*Exercise*: Give back exactly the stretch of data below from the line holding "f 322 423 424" through the line holding "f 407 440 446", both ends included, and leave the remaining lines out.

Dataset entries
== Segment start ==

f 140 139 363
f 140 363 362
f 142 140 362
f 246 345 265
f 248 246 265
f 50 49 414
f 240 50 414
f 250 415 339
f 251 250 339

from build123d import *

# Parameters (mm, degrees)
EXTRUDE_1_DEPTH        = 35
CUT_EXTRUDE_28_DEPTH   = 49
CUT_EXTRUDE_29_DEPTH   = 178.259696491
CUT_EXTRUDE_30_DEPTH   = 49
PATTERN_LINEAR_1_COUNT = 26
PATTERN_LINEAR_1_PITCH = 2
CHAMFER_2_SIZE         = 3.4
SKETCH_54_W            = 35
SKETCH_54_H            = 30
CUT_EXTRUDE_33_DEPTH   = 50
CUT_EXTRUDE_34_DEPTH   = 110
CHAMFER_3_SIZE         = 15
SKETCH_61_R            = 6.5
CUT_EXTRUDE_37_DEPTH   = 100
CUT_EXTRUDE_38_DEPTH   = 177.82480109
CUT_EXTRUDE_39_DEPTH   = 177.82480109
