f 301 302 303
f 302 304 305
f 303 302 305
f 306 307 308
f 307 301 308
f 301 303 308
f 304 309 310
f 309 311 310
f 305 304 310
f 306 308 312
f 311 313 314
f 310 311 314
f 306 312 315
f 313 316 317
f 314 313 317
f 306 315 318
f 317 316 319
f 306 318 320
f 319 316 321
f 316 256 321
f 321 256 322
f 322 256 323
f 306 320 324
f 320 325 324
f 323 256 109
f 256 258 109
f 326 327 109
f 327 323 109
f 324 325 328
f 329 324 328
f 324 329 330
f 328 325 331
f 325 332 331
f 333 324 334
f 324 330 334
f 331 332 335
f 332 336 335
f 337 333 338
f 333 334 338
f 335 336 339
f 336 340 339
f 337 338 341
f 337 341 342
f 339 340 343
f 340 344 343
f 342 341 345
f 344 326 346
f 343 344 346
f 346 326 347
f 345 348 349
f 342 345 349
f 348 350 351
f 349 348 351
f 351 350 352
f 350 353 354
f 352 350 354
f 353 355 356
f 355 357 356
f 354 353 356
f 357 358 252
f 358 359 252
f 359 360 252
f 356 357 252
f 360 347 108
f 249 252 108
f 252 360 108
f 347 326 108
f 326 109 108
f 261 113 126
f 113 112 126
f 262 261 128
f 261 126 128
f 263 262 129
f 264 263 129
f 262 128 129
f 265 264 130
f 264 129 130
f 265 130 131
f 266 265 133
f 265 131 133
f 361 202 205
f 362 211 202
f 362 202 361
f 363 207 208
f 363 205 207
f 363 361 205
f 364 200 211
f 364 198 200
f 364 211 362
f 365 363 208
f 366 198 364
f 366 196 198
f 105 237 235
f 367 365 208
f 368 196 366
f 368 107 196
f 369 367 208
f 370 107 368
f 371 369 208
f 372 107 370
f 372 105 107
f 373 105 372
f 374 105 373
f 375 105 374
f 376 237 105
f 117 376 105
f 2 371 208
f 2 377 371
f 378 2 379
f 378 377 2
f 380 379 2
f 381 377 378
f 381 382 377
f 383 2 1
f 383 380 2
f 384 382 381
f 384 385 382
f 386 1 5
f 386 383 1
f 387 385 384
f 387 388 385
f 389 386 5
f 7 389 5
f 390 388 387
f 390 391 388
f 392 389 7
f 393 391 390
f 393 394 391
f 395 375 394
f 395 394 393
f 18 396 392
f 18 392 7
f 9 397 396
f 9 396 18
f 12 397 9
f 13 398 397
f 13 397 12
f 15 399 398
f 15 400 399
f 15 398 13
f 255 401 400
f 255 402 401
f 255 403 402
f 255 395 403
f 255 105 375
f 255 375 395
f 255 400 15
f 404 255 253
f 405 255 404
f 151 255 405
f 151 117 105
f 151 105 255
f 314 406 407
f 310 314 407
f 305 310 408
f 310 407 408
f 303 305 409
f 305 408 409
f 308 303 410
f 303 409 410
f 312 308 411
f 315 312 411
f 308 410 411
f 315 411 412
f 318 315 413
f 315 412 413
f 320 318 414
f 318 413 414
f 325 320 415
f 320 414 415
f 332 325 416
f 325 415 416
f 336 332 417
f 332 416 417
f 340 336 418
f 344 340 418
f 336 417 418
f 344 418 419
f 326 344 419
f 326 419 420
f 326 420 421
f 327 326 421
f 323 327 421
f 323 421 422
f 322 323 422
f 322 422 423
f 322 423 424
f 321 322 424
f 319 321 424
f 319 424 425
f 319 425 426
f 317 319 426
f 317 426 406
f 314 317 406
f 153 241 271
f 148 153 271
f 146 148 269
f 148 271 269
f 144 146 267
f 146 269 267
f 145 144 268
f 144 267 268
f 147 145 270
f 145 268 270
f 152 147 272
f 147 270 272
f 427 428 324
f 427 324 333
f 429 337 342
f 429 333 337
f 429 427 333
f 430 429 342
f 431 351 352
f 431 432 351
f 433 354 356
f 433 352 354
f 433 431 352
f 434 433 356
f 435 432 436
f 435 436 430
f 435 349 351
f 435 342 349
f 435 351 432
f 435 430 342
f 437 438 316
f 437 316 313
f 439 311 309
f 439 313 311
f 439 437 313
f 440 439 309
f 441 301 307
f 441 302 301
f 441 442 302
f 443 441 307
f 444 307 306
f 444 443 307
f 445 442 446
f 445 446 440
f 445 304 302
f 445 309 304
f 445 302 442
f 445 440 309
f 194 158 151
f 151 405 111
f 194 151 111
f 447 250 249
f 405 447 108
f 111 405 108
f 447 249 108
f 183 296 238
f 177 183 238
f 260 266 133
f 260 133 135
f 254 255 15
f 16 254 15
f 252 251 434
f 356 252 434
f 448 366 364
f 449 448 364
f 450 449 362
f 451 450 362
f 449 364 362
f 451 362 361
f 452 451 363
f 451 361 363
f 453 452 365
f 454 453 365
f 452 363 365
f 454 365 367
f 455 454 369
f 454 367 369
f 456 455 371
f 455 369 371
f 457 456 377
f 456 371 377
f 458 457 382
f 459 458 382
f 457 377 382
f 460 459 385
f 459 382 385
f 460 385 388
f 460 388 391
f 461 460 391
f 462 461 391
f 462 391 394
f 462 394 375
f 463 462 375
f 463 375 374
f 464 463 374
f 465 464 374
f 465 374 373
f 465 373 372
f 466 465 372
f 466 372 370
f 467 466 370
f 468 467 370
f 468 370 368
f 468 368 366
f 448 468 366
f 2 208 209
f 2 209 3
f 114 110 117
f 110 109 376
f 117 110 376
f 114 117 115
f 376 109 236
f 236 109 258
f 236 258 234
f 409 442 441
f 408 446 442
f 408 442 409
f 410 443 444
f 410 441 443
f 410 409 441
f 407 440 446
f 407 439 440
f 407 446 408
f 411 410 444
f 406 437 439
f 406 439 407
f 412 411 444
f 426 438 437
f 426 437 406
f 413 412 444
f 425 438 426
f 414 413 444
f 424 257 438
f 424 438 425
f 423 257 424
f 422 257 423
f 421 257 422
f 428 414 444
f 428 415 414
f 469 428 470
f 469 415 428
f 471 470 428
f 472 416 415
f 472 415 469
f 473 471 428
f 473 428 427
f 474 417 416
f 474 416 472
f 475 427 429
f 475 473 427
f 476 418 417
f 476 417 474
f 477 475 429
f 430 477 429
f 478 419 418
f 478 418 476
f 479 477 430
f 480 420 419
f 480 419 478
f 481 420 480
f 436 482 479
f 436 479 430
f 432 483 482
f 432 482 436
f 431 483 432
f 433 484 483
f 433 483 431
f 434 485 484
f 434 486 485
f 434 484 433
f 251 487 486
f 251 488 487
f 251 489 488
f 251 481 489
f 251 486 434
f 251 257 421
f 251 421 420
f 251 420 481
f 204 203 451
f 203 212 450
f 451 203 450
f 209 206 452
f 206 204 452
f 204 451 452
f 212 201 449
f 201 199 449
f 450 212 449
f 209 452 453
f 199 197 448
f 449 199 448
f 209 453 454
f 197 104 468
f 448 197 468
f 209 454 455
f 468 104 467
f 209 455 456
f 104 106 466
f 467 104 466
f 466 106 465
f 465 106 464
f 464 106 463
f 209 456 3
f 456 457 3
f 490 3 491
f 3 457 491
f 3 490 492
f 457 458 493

== Segment end ==

*Result of the exercise*:
f 322 423 424
f 321 322 424
f 319 321 424
f 319 424 425
f 319 425 426
f 317 319 426
f 317 426 406
f 314 317 406
f 153 241 271
f 148 153 271
f 146 148 269
f 148 271 269
f 144 146 267
f 146 269 267
f 145 144 268
f 144 267 268
f 147 145 270
f 145 268 270
f 152 147 272
f 147 270 272
f 427 428 324
f 427 324 333
f 429 337 342
f 429 333 337
f 429 427 333
f 430 429 342
f 431 351 352
f 431 432 351
f 433 354 356
f 433 352 354
f 433 431 352
f 434 433 356
f 435 432 436
f 435 436 430
f 435 349 351
f 435 342 349
f 435 351 432
f 435 430 342
f 437 438 316
f 437 316 313
f 439 311 309
f 439 313 311
f 439 437 313
f 440 439 309
f 441 301 307
f 441 302 301
f 441 442 302
f 443 441 307
f 444 307 306
f 444 443 307
f 445 442 446
f 445 446 440
f 445 304 302
f 445 309 304
f 445 302 442
f 445 440 309
f 194 158 151
f 151 405 111
f 194 151 111
f 447 250 249
f 405 447 108
f 111 405 108
f 447 249 108
f 183 296 238
f 177 183 238
f 260 266 133
f 260 133 135
f 254 255 15
f 16 254 15
f 252 251 434
f 356 252 434
f 448 366 364
f 449 448 364
f 450 449 362
f 451 450 362
f 449 364 362
f 451 362 361
f 452 451 363
f 451 361 363
f 453 452 365
f 454 453 365
f 452 363 365
f 454 365 367
f 455 454 369
f 454 367 369
f 456 455 371
f 455 369 371
f 457 456 377
f 456 371 377
f 458 457 382
f 459 458 382
f 457 377 382
f 460 459 385
f 459 382 385
f 460 385 388
f 460 388 391
f 461 460 391
f 462 461 391
f 462 391 394
f 462 394 375
f 463 462 375
f 463 375 374
f 464 463 374
f 465 464 374
f 465 374 373
f 465 373 372
f 466 465 372
f 466 372 370
f 467 466 370
f 468 467 370
f 468 370 368
f 468 368 366
f 448 468 366
f 2 208 209
f 2 209 3
f 114 110 117
f 110 109 376
f 117 110 376
f 114 117 115
f 376 109 236
f 236 109 258
f 236 258 234
f 409 442 441
f 408 446 442
f 408 442 409
f 410 443 444
f 410 441 443
f 410 409 441
f 407 440 446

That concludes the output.